Nesta perspectiva, como podemos colocar a questão das mortes perpetradas no
Holocausto, na medida em que, precisamente, elas foram levadas a cabo sob a forma de uma
organização coletiva, não sendo deixado às vítimas a menor capacidade de reação? Pessoas
foram levadas aos campos de morte e às câmaras de gás pelo simples fato de serem judias, por
terem nascido tais, independentemente de idade, sexo ou faixa etária. Um bebê, portanto, fazia
parte “naturalmente” desta máquina de morte coletiva. Alguns foram lançados vivos nos
crematórios, cujos gritos aterrorizavam todos aqueles que os ouviam. (Fackenheim, 1986; Id.,
1990) É como se a eles fosse denegado o direito a uma luta pelo reconhecimento, devendo
permanecer necessariamente no nível sub-humano.
Cabe aplicar a este caso as categorias de Schmitt, fazendo o que ele foi incapaz de fazer,
não tendo tido a dignidade da crítica, salvo sob a forma silenciosa do privado para seus
amigos. Tendo sido longevo, morrendo apenas em 1985, tempo não lhe teria faltado. Em vez
disto, escreve um outro texto sobre a “Teoria do partisan” em 1962/1963, abordando, por
exemplo, a questão dos guerrilheiros na Indochina ou da luta colonial na Argélia francesa,
guardando seu mutismo sobre a questão judaica, a questão precisamente deste “inimigo”
interno do Poder nazista. Quando utiliza a palavra “genocídio” (Bendersky, 2019, p. 139), em
1945, ele o faz em um contexto propriamente hilário, para caracterizar o destino do serviço
público prussiano e germânico, e isto quando já era amplamente conhecido o genocídio
propriamente dito dos judeus, tidos pelos nazistas como os principais “inimigos” do povo
alemão. Ou seja, a desnazificação operada pelas tropas aliadas é comparada a um “genocídio”!
Parece que a perversão não tem limites.
Vejamos:
Primeiro, aos judeus não lhes era dada a possibilidade de um enfrentamento podendo
levar a uma luta pelo reconhecimento no sentido hegeliano do termo, porque o seu destino
era pura e simplesmente a morte física nas condições administrativas das câmaras de gás, ou
seja, de uma organização voltada para burocraticamente levar a cabo a exterminação desses
“inimigos”. Esses deveriam, portanto, ser conduzidos como um rebanho ao cadafalso, não lhes
sendo dada nenhuma possibilidade de luta ou de evasão. Neste sentido, os judeus deveriam
ser relegados a uma posição sub-humana, não podendo aceder à condição mesma de homens.

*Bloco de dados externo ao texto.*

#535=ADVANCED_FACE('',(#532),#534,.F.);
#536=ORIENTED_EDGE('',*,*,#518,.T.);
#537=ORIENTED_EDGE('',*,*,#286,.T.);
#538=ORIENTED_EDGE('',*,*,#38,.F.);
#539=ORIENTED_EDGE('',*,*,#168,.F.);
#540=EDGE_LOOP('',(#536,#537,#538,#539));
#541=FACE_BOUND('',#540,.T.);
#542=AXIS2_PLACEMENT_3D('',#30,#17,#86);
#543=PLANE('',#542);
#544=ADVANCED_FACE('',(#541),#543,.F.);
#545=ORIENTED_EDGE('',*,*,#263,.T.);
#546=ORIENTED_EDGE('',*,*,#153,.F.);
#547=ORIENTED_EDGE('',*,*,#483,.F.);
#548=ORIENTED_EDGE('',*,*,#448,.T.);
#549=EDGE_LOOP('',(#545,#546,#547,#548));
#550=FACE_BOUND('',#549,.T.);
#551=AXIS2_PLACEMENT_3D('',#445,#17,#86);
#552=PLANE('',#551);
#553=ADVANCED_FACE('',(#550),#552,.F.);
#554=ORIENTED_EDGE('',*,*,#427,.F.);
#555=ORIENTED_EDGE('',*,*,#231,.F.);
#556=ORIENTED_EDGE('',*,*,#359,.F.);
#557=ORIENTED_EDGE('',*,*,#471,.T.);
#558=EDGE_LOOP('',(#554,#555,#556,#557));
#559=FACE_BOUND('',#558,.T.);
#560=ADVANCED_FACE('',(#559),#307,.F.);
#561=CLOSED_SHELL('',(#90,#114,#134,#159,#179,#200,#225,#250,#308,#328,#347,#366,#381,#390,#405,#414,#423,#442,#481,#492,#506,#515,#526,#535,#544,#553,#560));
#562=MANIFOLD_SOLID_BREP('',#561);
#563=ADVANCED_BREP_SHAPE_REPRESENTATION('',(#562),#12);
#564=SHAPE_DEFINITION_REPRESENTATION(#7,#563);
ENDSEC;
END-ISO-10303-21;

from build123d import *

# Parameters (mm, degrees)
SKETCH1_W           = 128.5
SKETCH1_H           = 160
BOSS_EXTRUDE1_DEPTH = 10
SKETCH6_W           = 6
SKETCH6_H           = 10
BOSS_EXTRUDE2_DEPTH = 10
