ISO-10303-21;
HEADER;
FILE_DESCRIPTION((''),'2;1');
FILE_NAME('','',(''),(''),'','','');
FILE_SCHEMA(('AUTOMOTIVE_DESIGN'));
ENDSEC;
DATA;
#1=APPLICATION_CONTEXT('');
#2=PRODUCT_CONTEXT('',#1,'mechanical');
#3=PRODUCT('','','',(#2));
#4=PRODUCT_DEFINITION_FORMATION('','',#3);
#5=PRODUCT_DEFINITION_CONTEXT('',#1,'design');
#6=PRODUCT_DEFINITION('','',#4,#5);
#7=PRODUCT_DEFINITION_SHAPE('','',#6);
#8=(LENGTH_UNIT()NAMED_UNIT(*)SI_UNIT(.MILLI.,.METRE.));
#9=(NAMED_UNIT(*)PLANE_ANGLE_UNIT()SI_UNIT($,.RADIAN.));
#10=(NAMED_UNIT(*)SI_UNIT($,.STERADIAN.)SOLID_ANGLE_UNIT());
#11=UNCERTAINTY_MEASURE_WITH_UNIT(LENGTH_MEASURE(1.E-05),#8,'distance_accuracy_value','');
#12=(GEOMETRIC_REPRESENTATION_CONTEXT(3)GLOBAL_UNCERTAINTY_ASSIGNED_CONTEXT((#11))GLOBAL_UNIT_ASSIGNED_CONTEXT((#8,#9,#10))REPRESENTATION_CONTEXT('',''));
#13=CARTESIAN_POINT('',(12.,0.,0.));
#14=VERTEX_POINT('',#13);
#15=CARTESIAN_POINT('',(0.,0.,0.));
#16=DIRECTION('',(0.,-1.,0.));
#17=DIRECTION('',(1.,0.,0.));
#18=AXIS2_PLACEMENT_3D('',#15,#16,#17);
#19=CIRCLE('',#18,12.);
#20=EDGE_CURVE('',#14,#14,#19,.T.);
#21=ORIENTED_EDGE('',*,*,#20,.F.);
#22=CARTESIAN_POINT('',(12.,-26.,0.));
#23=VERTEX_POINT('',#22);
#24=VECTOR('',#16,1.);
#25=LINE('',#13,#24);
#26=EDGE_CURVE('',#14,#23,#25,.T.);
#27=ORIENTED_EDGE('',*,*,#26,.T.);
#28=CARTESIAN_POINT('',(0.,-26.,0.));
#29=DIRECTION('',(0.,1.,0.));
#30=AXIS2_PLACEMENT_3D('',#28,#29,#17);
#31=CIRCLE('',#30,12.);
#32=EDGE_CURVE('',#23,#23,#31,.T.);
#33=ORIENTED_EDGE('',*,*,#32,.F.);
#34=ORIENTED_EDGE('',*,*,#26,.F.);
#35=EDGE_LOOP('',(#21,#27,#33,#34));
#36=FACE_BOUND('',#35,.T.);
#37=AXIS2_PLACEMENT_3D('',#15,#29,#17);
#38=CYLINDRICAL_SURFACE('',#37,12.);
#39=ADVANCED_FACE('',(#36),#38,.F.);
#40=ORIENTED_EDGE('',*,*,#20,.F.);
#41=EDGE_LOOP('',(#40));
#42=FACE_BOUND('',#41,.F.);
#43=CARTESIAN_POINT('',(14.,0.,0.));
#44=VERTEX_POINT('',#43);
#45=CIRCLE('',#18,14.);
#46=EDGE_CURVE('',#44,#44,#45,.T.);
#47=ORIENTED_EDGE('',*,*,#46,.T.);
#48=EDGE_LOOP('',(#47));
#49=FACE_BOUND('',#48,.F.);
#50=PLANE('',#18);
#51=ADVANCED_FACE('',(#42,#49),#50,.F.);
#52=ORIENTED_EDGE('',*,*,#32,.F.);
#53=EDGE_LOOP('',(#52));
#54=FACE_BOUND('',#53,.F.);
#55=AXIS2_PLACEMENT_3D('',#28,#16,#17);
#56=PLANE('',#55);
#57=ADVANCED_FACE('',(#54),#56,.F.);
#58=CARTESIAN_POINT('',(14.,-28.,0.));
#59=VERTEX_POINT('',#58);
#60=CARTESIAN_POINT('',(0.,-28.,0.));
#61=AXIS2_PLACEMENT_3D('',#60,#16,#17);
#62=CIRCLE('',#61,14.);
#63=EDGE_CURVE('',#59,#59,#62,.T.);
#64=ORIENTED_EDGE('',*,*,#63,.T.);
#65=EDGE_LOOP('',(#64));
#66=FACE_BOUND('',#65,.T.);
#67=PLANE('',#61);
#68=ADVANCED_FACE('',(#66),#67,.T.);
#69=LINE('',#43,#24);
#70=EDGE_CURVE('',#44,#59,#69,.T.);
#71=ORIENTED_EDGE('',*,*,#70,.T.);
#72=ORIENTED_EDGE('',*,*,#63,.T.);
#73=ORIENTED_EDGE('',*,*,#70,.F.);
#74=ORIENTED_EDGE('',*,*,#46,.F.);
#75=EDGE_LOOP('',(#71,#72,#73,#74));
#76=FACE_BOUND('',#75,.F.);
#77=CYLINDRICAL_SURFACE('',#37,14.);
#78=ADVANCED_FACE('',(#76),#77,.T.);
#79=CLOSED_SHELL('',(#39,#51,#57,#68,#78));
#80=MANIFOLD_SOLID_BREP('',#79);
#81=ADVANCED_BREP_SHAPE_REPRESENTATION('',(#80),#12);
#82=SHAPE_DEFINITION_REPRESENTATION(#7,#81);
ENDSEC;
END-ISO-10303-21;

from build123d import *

# Parameters (mm, degrees)
F0_R     = 14
F0_R_2   = 12
F1_DEPTH = 28
F2_R     = 14
F3_DEPTH = 2


with BuildPart() as f1:
    # F0 (on Front) → F1 (new body)
    with BuildSketch(Plane.XZ):
        Circle(F0_R)
        Circle(F0_R_2, mode=Mode.SUBTRACT)
    extrude(amount=F1_DEPTH)

    # F2 (on face) → F3 (join)
    with BuildSketch(Plane.XZ.offset(28)):
        Circle(F2_R)
    extrude(amount=-F3_DEPTH)


solid = f1.part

Na perspectiva schmittiana, eram tidos existencialmente por inimigos, devendo, então, ser
eliminados. E note-se eliminados da condição humana em geral, sem que se possa, porém,
vislumbrar qualquer ameaça real deles à comunidade alemã, não sendo tampouco
contendores em uma luta pela conquista do Poder político. Eram, no entanto, percebidos
enquanto inimigos a serem abatidos, mesmo se figurassem, na verdade, como um inimigo
imaginário, inventado. No dizer do próprio Schmitt: basta existencialmente que o outro seja
percebido enquanto tal, sendo um símbolo ameaçador.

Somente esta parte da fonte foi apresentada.